“All Saturday across the networks, media grandees who’d voted for Carter and Mondale, just like all their friends did, tried to explain the appeal of Ronald Reagan,” writes Mark Steyn.


“He was ’The Great Communicator’, he had a wonderful sense of humor, he had a charming smile…self-deprecating…the tilt of his head….


“All true, but not what matters.”


Like thousands of Americans, I plan to walk through the Rotunda, where our 40th president will lie in state Thursday, and I loved the grace and humor of Ronald Reagan.


Like Steyn, though, I know that what really mattered about Reagan….


“Ronald Reagan saw Soviet Communism for what it was: a great evil,” writes Steyn. “Millions of Europeans across half a continent from Poland to Bulgaria, Slovenia to Latvia live in freedom today because he acknowledged that simple truth when the rest of the political class was tying itself in knots trying to pretend otherwise. That’s what counts. He brought down the ’evil empire’, and all the rest is fine print.


“At the time, the charm and the smile got less credit from the intelligentsia, confirming their belief that he was a dunce who’d plunge us into Armageddon. Everything you need to know about the establishment’s view of Ronald Reagan can be found on page 624 of Dutch, Edmund Morris’ weird post-modern biography. The place is Berlin, the time June 12, 1987:


“’Mr. Gorbachev, tear down this wall!’ declaims Dutch, trying hard to look infuriated, but succeeding only in an expression of mild petulance…One braces for a flash of prompt lights to either side of him: APPLAUSE.


“What a rhetorical opportunity missed. He could have read Robert Frost’s poem on the subject, ’Something there is that doesn’t love a wall,’ to simple and shattering effect. Or even Edna St. Vincent Millay’s lines, which he surely holds in memory…


    Only now for the first time I see
    This wall is actually a wall, a thing
    Come up between us, shutting me away
    From you … I do not know you any more.

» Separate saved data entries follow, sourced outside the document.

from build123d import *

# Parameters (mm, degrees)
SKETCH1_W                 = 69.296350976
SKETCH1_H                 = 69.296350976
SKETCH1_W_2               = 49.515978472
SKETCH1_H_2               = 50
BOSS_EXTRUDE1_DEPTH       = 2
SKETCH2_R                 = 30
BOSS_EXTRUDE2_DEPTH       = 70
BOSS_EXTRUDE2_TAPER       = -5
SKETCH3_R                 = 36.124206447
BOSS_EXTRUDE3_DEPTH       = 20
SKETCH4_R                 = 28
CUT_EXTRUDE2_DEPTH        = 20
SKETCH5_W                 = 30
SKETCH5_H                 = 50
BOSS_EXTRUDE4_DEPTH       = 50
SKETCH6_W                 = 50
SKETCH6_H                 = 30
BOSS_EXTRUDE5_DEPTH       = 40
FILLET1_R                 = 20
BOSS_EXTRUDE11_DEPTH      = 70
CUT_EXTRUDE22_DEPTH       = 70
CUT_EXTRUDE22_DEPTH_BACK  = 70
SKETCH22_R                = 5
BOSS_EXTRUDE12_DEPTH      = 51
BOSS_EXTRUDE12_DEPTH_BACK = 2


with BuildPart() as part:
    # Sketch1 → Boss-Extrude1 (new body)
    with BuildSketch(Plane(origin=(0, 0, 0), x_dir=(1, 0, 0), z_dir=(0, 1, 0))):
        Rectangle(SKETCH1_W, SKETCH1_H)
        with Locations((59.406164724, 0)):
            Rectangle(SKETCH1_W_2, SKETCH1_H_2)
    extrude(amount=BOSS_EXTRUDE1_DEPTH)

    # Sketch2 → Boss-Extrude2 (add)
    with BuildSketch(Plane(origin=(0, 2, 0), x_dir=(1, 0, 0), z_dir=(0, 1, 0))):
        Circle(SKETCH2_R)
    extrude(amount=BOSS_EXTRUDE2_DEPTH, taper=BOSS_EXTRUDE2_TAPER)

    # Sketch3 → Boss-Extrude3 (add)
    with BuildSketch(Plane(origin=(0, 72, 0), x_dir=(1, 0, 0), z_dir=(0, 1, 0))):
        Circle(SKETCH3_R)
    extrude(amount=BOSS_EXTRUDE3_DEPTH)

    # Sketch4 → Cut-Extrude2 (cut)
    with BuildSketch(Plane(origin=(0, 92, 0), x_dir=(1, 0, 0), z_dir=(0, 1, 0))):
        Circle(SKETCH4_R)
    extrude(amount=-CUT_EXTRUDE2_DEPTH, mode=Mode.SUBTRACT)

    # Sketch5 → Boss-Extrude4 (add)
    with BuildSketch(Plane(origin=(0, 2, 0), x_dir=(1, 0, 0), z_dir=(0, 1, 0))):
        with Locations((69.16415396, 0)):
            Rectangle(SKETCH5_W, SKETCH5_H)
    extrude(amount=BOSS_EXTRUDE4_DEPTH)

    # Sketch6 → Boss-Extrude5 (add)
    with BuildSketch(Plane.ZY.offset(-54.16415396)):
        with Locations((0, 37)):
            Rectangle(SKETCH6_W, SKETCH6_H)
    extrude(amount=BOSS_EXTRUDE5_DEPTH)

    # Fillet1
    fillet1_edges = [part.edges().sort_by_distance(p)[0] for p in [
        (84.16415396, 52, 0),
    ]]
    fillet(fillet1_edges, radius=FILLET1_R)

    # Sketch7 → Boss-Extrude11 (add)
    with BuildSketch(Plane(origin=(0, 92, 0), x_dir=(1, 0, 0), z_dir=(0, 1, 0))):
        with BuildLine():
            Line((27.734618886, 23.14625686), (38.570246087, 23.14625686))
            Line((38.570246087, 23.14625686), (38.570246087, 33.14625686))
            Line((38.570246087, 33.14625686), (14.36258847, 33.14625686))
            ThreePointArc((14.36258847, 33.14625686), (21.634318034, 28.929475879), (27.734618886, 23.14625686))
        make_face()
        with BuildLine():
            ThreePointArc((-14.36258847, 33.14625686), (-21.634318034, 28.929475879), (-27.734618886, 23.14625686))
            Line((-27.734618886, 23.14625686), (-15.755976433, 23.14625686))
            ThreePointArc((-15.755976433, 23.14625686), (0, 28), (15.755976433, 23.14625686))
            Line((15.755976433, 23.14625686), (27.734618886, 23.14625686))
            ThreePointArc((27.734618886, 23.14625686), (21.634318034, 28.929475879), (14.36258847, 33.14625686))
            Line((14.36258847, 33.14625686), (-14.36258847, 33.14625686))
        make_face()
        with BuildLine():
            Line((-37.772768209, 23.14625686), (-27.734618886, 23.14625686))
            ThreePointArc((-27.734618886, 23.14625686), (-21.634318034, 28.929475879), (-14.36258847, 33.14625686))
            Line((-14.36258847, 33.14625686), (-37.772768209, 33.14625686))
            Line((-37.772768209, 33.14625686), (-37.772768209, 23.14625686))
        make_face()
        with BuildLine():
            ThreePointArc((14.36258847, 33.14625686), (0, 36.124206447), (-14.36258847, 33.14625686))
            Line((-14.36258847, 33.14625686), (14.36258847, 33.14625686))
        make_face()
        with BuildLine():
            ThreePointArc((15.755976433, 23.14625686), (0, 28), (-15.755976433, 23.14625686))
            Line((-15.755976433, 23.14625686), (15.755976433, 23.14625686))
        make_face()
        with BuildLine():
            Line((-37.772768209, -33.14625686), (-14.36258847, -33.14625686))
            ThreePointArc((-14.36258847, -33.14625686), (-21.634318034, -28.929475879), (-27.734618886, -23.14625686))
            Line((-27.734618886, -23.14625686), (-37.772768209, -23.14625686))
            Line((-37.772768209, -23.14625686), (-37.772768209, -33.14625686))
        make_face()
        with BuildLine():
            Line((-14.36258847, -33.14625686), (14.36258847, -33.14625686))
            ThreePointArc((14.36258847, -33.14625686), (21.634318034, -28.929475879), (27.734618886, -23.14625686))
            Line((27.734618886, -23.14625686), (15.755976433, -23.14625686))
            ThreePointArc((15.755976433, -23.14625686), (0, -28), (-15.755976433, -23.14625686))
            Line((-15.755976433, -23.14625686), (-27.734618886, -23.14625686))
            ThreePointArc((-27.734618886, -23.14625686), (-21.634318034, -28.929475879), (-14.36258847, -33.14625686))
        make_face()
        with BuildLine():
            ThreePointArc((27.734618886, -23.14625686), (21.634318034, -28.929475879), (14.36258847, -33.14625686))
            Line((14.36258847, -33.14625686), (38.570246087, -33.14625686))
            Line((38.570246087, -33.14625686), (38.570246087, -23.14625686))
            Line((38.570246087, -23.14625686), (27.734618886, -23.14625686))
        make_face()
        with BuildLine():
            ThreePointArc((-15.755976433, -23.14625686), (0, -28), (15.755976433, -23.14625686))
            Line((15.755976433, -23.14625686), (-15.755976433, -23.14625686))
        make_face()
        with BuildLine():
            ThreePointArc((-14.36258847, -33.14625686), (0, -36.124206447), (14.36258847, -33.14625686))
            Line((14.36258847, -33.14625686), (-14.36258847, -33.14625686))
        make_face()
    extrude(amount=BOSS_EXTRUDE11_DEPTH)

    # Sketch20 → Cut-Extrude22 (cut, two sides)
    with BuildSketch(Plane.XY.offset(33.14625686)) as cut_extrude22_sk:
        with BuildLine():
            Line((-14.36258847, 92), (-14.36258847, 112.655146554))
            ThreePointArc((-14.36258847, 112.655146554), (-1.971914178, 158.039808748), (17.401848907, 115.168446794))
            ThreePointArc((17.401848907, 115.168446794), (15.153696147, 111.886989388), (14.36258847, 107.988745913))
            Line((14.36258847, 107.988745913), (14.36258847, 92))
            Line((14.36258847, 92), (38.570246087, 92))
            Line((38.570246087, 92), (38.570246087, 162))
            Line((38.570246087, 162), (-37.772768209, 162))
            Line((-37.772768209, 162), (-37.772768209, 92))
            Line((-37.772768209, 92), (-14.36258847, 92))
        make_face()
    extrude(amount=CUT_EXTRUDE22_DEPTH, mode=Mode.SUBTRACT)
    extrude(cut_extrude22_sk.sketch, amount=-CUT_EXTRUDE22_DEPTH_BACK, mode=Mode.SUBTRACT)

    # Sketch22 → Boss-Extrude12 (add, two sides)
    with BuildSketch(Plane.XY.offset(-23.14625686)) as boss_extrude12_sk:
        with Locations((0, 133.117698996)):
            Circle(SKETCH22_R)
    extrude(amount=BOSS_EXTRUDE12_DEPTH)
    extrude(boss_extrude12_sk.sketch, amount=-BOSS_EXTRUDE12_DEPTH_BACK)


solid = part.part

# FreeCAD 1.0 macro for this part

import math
import FreeCAD as App
import Part
import Sketcher


def edges_at(feature, points):
    """Names of the edges that pass closest to the given points."""
    edges = feature.Shape.Edges
    near = lambda p: min(range(len(edges)), key=lambda i: edges[i].distToShape(Part.Vertex(*p))[0])
    return sorted({f"Edge{near(p) + 1}" for p in points})


def add_polygon(sketch, points):
    """Adds a closed chain of lines whose ends are joined by coincident constraints."""
    first, n = sketch.GeometryCount, len(points)
    for a, b in zip(points, points[1:] + points[:1]):
        sketch.addGeometry(Part.LineSegment(App.Vector(*a, 0), App.Vector(*b, 0)), False)
    for i in range(n):
        sketch.addConstraint(Sketcher.Constraint("Coincident", first + i, 2, first + (i + 1) % n, 1))

doc = App.newDocument("Part")
params = doc.addObject("Spreadsheet::Sheet", "Params")
for row, (alias, value) in enumerate([
    ("sketch1_height", "50 mm"),
    ("pad1_length", "2 mm"),
    ("sketch2_diameter", "60 mm"),
    ("pad2_length", "70 mm"),
    ("pad2_taper", "5 deg"),
    ("pad3_length", "20 mm"),
    ("sketch4_diameter", "56 mm"),
    ("pocket1_length", "20 mm"),
    ("sketch5_width", "30 mm"),
    ("sketch5_height", "50 mm"),
    ("pad4_length", "50 mm"),
    ("sketch6_width", "30 mm"),
    ("sketch6_height", "50 mm"),
    ("pad5_length", "40 mm"),
    ("fillet_radius", "20 mm"),
    ("sketch7_height", "10 mm"),
    ("pad6_length", "70 mm"),
    ("sketch8_radius", "25 mm"),
    ("sketch8_radius2", "10 mm"),
    ("sketch8_height", "70 mm"),
    ("sketch9_diameter", "10 mm"),
    ("pad7_length", "51 mm"),
    ("pad7_length2", "2 mm"),
], start=1):
    params.set(f"A{row}", alias)
    params.set(f"B{row}", "=" + value)
    params.setAlias(f"B{row}", alias)

body = doc.addObject("PartDesign::Body", "Body")

sketch1 = doc.addObject("Sketcher::SketchObject", "Sketch")
body.addObject(sketch1)
sketch1.AttachmentSupport = (doc.XZ_Plane, [""])
sketch1.MapMode = "FlatFace"
add_polygon(sketch1, [(-34.648175, -34.648175), (-34.648175, 34.648175), (34.648175, 34.648175), (34.648175, 25), (84.164154, 25), (84.164154, -25), (34.648175, -25), (34.648175, -34.648175)])
sketch1.addConstraint([
    Sketcher.Constraint("Vertical", 0),
    Sketcher.Constraint("Horizontal", 1),
    Sketcher.Constraint("Vertical", 2),
    Sketcher.Constraint("Horizontal", 3),
    Sketcher.Constraint("Vertical", 4),
    Sketcher.Constraint("Horizontal", 5),
    Sketcher.Constraint("Vertical", 6),
    Sketcher.Constraint("Horizontal", 7),
    Sketcher.Constraint("Symmetric", 0, 2, 6, 2, -1, 1),
    Sketcher.Constraint("Symmetric", 2, 2, 5, 2, -1),
    Sketcher.Constraint("Equal", 7, 0),
    Sketcher.Constraint("DistanceY", 4, 2, 4, 1, 50.0),
    Sketcher.Constraint("DistanceX", 1, 1, 1, 2, 69.296351),
    Sketcher.Constraint("DistanceX", 3, 1, 3, 2, 49.515978),
])
sketch1.setExpression("Constraints[19]", "Params.sketch1_height")
pad1 = doc.addObject("PartDesign::Pad", "Pad")
body.addObject(pad1)
pad1.Profile = sketch1
pad1.setExpression("Length", "Params.pad1_length")
pad1.Reversed = True

sketch2 = doc.addObject("Sketcher::SketchObject", "Sketch001")
body.addObject(sketch2)
sketch2.AttachmentSupport = (doc.XZ_Plane, [""])
sketch2.MapMode = "FlatFace"
sketch2.AttachmentOffset = App.Placement(App.Vector(0, 0, -2), App.Rotation())
sketch2.addGeometry(Part.Circle(App.Vector(0, 0, 0), App.Vector(0, 0, 1), 30), False)
sketch2.addConstraint([
    Sketcher.Constraint("Coincident", 0, 3, -1, 1),
    Sketcher.Constraint("Diameter", 0, 60.0),
])
sketch2.setExpression("Constraints[1]", "Params.sketch2_diameter")
pad2 = doc.addObject("PartDesign::Pad", "Pad001")
body.addObject(pad2)
pad2.Profile = sketch2
pad2.setExpression("Length", "Params.pad2_length")
pad2.Reversed = True
pad2.setExpression("TaperAngle", "Params.pad2_taper")

sketch3 = doc.addObject("Sketcher::SketchObject", "Sketch002")
body.addObject(sketch3)
sketch3.AttachmentSupport = (doc.XZ_Plane, [""])
sketch3.MapMode = "FlatFace"
sketch3.AttachmentOffset = App.Placement(App.Vector(0, 0, -72), App.Rotation())
sketch3.addGeometry(Part.Circle(App.Vector(0, 0, 0), App.Vector(0, 0, 1), 36.124206), False)
sketch3.addConstraint([
    Sketcher.Constraint("Coincident", 0, 3, -1, 1),
    Sketcher.Constraint("Diameter", 0, 72.248413),
])
pad3 = doc.addObject("PartDesign::Pad", "Pad002")
body.addObject(pad3)
pad3.Profile = sketch3
pad3.setExpression("Length", "Params.pad3_length")
pad3.Reversed = True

“Poor old Morris, the plodding, conventional, scholarly writer driven mad by 14 years spent trying to get a grip on Ronald Reagan. Most world leaders would have taken his advice: You’re at the Berlin Wall, so you have to say something about it, something profound but oblique, maybe there’s a poem on the subject … Who cares if Frost’s is over-quoted, and a tad hard to follow for a crowd of foreigners?”